Fischbach. Er kennt die Urzeiten des Lebens. Evolution ist seine zweite Heimat. Der Fischbacher Klaus-Dieter Weiß ist Paläontologe und Mineraliensammler aus Leidenschaft. Bereits als Zwölfjähriger stand Weiß mit seinem Vater an der Grube Messel, buddelte im Garten und wenig später in den regionalen Mittelgebirgen nach Fossilien, Mineralien und Zeugnissen der Vorfahren. Mit einem selbstgebastelten Plakat demonstrierte er für den Erhalt des heutigen Unesco-Welterbe am Sprendlinger Horst, die Grube Messel. "Ich habe damals das beste Bettlaken aus dem Schrank meiner Mutter geholt und mein erstes Urzeitpferdchen draufgemalt", erinnert sich Weiß.

Heute ist er geschätzter Experte unter Fachleuten, kennt Forscher, Professoren und Gleichgesinnte rund um den Globus. Unzählige Funde gehen auf die Grabungen des Fischbachers und seiner Freunde zurück. Letztere kommen im Verein "Palaeo-Geo" zusammen, der 2004 zum Wissensaustausch und zur Informationsweitergabe, gerade an junge Menschen, gegründet wurde.

Fischbacher Museum weiterhin geschlossen

Auch haben die Eheleute Weiß ein Fossilien-Museum auf ihrem Grundstück in Fischbach neben dem Wohnhaus. Dort gibt Weiß Führungen für Jung und Alt, zeigt versteinerte Urprädatoren, Quastenflosser und Panzerfische. Derzeit ist das Museum jedoch aufgrund der Auflagen um die Covid-19-Pandemie geschlossen.

Der Verein "Paleo-Geo" ist von 28 auf rund 100 Mitglieder gewachsen. Weiß ist Vorsitzender und schätzt den guten Zusammenhalt. Die paläontologischen Erfolge und Fundstücke seien auch auf die Arbeitsgruppe um Vize-Chef Hubert Schöggel, Andre Boland, Birgit Bender und andere Mitglieder zurückzuführen. Dank gebühre seiner Ehefrau Elisabeth, die längst diese Passion teilt.
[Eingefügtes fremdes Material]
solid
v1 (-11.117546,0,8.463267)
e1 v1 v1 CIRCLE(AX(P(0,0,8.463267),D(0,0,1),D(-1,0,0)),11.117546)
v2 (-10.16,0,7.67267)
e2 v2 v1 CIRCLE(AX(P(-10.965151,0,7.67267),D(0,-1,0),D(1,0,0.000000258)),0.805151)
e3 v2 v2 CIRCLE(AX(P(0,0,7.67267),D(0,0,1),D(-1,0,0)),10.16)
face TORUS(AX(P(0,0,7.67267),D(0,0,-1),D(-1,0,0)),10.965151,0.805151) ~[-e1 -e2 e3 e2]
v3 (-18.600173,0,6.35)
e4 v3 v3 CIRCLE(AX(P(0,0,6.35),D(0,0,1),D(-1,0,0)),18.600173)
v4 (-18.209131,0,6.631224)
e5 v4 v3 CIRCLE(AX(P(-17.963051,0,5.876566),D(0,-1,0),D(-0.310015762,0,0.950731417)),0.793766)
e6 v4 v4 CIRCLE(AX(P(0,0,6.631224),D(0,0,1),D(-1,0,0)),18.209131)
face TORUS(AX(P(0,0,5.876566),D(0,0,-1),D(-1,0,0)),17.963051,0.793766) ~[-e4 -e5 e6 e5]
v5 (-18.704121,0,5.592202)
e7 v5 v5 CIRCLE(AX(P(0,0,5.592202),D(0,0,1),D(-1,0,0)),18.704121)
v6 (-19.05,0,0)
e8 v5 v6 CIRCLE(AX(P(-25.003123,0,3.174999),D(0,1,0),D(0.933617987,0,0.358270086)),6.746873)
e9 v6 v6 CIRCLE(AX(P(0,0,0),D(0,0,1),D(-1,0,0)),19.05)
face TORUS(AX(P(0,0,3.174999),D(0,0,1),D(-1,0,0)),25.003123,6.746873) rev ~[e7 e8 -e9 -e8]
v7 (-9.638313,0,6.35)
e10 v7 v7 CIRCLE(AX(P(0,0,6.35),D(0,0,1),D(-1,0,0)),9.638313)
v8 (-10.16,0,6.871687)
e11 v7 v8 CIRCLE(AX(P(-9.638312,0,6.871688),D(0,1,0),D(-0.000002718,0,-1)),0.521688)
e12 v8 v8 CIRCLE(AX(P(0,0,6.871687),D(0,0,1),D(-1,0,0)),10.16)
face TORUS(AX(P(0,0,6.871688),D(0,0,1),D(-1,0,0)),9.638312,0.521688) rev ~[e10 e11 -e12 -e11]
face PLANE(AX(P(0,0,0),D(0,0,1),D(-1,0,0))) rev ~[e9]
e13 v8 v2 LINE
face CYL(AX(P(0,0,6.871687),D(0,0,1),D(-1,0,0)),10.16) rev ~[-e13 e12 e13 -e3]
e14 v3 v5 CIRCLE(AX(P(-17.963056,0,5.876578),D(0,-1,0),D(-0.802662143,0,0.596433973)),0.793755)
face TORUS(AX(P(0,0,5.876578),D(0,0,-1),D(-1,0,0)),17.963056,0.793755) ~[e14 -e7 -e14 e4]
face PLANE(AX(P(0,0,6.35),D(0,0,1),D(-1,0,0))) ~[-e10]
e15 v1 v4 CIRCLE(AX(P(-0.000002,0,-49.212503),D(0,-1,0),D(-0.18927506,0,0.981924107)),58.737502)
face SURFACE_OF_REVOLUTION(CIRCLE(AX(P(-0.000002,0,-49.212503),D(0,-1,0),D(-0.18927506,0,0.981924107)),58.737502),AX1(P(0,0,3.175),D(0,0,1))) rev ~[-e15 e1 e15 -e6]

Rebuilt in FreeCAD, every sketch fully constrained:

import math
import FreeCAD as App
import Part
import Sketcher

V = App.Vector
Q = App.Units.Quantity

doc = App.newDocument("Part")
body = doc.addObject("PartDesign::Body", "Body")

sketch1 = body.newObject("Sketcher::SketchObject", "Sketch")
sketch1.AttachmentSupport = (doc.getObject("XZ_Plane"), [""])
sketch1.MapMode = "FlatFace"
sketch1.addGeometry([
    Part.LineSegment(V(-19.05, 0, 0), V(0, 0, 0)),
    Part.LineSegment(V(0, 0, 0), V(0, 6.35, 0)),
    Part.LineSegment(V(0, 6.35, 0), V(-9.638313, 6.35, 0)),
    Part.ArcOfCircle(Part.Circle(V(-9.638312, 6.871688, 0), V(0, 0, 1), 0.521688), math.radians(-179.999844), math.radians(-90.000156)),
    Part.LineSegment(V(-10.16, 6.871687, 0), V(-10.16, 7.67267, 0)),
    Part.ArcOfCircle(Part.Circle(V(-10.965151, 7.67267, 0), V(0, 0, 1), 0.805151), math.radians(0.000015), math.radians(100.910478)),
    Part.ArcOfCircle(Part.Circle(V(-0.000002, -49.212503, 0), V(0, 0, 1), 58.737502), math.radians(100.910481), math.radians(108.059747)),
    Part.ArcOfCircle(Part.Circle(V(-17.963051, 5.876566, 0), V(0, 0, 1), 0.793766), math.radians(108.06018), math.radians(143.384607)),
    Part.ArcOfCircle(Part.Circle(V(-17.963056, 5.876578, 0), V(0, 0, 1), 0.793755), math.radians(143.385076), math.radians(200.993761)),
    Part.ArcOfCircle(Part.Circle(V(-25.003123, 3.174999, 0), V(0, 0, 1), 6.746873), math.radians(-28.072492), math.radians(20.993994)),
], False)
sketch1.addConstraint([
    Sketcher.Constraint("Coincident", 0, 2, 1, 1),
    Sketcher.Constraint("Coincident", 1, 2, 2, 1),
    Sketcher.Constraint("Coincident", 2, 2, 3, 2),
    Sketcher.Constraint("Coincident", 3, 1, 4, 1),
    Sketcher.Constraint("Tangent", 4, 2, 5, 1),
    Sketcher.Constraint("Tangent", 5, 2, 6, 1),
    Sketcher.Constraint("Coincident", 6, 2, 7, 1),
    Sketcher.Constraint("Coincident", 7, 2, 8, 1),
    Sketcher.Constraint("Coincident", 8, 2, 9, 2),
    Sketcher.Constraint("Coincident", 9, 1, 0, 1),
    Sketcher.Constraint("Horizontal", 0),
    Sketcher.Constraint("Vertical", 1),
    Sketcher.Constraint("Horizontal", 2),
    Sketcher.Constraint("Vertical", 4),
    Sketcher.Constraint("Coincident", 0, 2, -1, 1),
    Sketcher.Constraint("PointOnObject", 6, 3, -2),
    Sketcher.Constraint("Horizontal", 2, 2, 7, 2),
    Sketcher.Constraint("Vertical", 3, 3, 2, 2),
    Sketcher.Constraint("Radius", 6, Q("2.3125001 in")),
    Sketcher.Constraint("Radius", 9, Q("0.2656249 in")),
    Sketcher.Constraint("DistanceX", 0, 1, 0, 2, Q("0.75 in")),
    Sketcher.Constraint("DistanceY", 1, 1, 1, 2, Q("0.25 in")),
    Sketcher.Constraint("DistanceX", 3, 1, -1, 1, Q("0.4 in")),
    Sketcher.Constraint("DistanceY", 6, 3, -1, 1, Q("1.9375001 in")),
    Sketcher.Constraint("DistanceX", 9, 3, -1, 1, Q("0.9843749 in")),
    Sketcher.Constraint("Radius", 3, 0.521688),
    Sketcher.Constraint("Radius", 5, 0.805151),
    Sketcher.Constraint("Radius", 7, 0.793766),
    Sketcher.Constraint("Radius", 8, 0.793755),
    Sketcher.Constraint("DistanceY", -1, 1, 8, 2, 5.592202),
    Sketcher.Constraint("DistanceX", 7, 3, 5, 3, 6.9979),
    Sketcher.Constraint("DistanceY", 4, 1, 4, 2, 0.800983),
    Sketcher.Constraint("DistanceX", 6, 2, -1, 1, 18.209131),
])
revolution = body.newObject("PartDesign::Revolution", "Revolution")
revolution.Profile = sketch1
revolution.ReferenceAxis = (sketch1, ["V_Axis"])
revolution.Angle = 360

doc.recompute()
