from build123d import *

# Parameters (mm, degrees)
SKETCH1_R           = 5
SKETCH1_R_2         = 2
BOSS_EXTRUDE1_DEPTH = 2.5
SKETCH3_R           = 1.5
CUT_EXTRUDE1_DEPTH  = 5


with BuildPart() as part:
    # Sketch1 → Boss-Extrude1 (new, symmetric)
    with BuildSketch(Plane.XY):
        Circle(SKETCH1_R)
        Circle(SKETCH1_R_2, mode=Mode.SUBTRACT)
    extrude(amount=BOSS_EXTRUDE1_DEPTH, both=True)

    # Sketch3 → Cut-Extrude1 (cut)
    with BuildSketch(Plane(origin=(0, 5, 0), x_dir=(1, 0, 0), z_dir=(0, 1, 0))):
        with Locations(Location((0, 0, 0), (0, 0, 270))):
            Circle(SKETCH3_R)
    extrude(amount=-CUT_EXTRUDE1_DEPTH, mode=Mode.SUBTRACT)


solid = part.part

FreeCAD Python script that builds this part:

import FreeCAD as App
import Part
import Sketcher

doc = App.newDocument("Part")
body = doc.addObject("PartDesign::Body", "Body")

# Sketch on XY plane
sketch1 = body.newObject("Sketcher::SketchObject", "Sketch")
sketch1.AttachmentSupport = (doc.getObject("XY_Plane"), [""])
sketch1.MapMode = "FlatFace"
sketch1.addGeometry([
    Part.Circle(App.Vector(0, 0, 0), App.Vector(0, 0, 1), 5),
    Part.Circle(App.Vector(0, 0, 0), App.Vector(0, 0, 1), 2),
], False)
sketch1.addConstraint([
    Sketcher.Constraint("Coincident", 0, 3, -1, 1),
    Sketcher.Constraint("Coincident", 1, 3, -1, 1),
    Sketcher.Constraint("Diameter", 0, 10.0),
    Sketcher.Constraint("Diameter", 1, 4.0),
])
pad1 = body.newObject("PartDesign::Pad", "Pad")
pad1.Profile = sketch1
pad1.Length = 5
pad1.Midplane = True

# Sketch on XZ plane
sketch2 = body.newObject("Sketcher::SketchObject", "Sketch001")
sketch2.AttachmentSupport = (doc.getObject("XZ_Plane"), [""])
sketch2.MapMode = "FlatFace"
sketch2.AttachmentOffset = App.Placement(App.Vector(0, 0, -5), App.Rotation())
sketch2.addGeometry(Part.Circle(App.Vector(0, 0, 0), App.Vector(0, 0, 1), 1.5), False)
sketch2.addConstraint([
    Sketcher.Constraint("Coincident", 0, 3, -1, 1),
    Sketcher.Constraint("Diameter", 0, 3.0),
])
pocket1 = body.newObject("PartDesign::Pocket", "Pocket")
pocket1.Profile = sketch2
pocket1.Length = 5
pocket1.Reversed = True

doc.recompute()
Die Früchte der Grabungsarbeit sind beträchtlich. Fossilien und Mineralien zieren nicht nur Haus und Garten in Kelkheim. Funde stehen als Exponate in namhaften Häusern, so auch im Frankfurter Senckenberg-Museum. Weiß hat hier erst kürzlich wieder einige prähistorische Preziosen an den Paläontologen Professor Volker Mosbrugger übergeben. "Eine Schenkung von ungefähr 30 Fischen aus dem Oligozän, Ur-Heringen und anderen urtümlichen Fischen", erklärt Weiß.

Funde des Fachmanns nutzen Wissenschaftler zu Forschungszwecken. Der Verein "Palaeo-Geo" möchte daher eine Brücke bauen zwischen Hobbysammlern und Wissenschaftlern. Jungen Menschen möchte er den Zugang zum Fachgebiet erleichtern und so das paläontologische Erbe erhalten. Auch deshalb engagieren sich Weiß, seine Frau und andere Vereinsmitglieder in der Jugendarbeit. Das jüngste Mitglied bei "Paleo-Geo" ist im Grundschulalter.

Abgüsse von Urpferdchen

Weiß ist die Leidenschaft um die Urgeschichte des Planeten vom Vater in die Wiege gelegt worden. Gerhard Weiß war Professor am Paul-Ehrlich-Institut. "Dort lernte ich mikroskopieren. Die Vorliebe zum Sammeln von Fossilien und Mineralien kam irgendwie automatisch dazu."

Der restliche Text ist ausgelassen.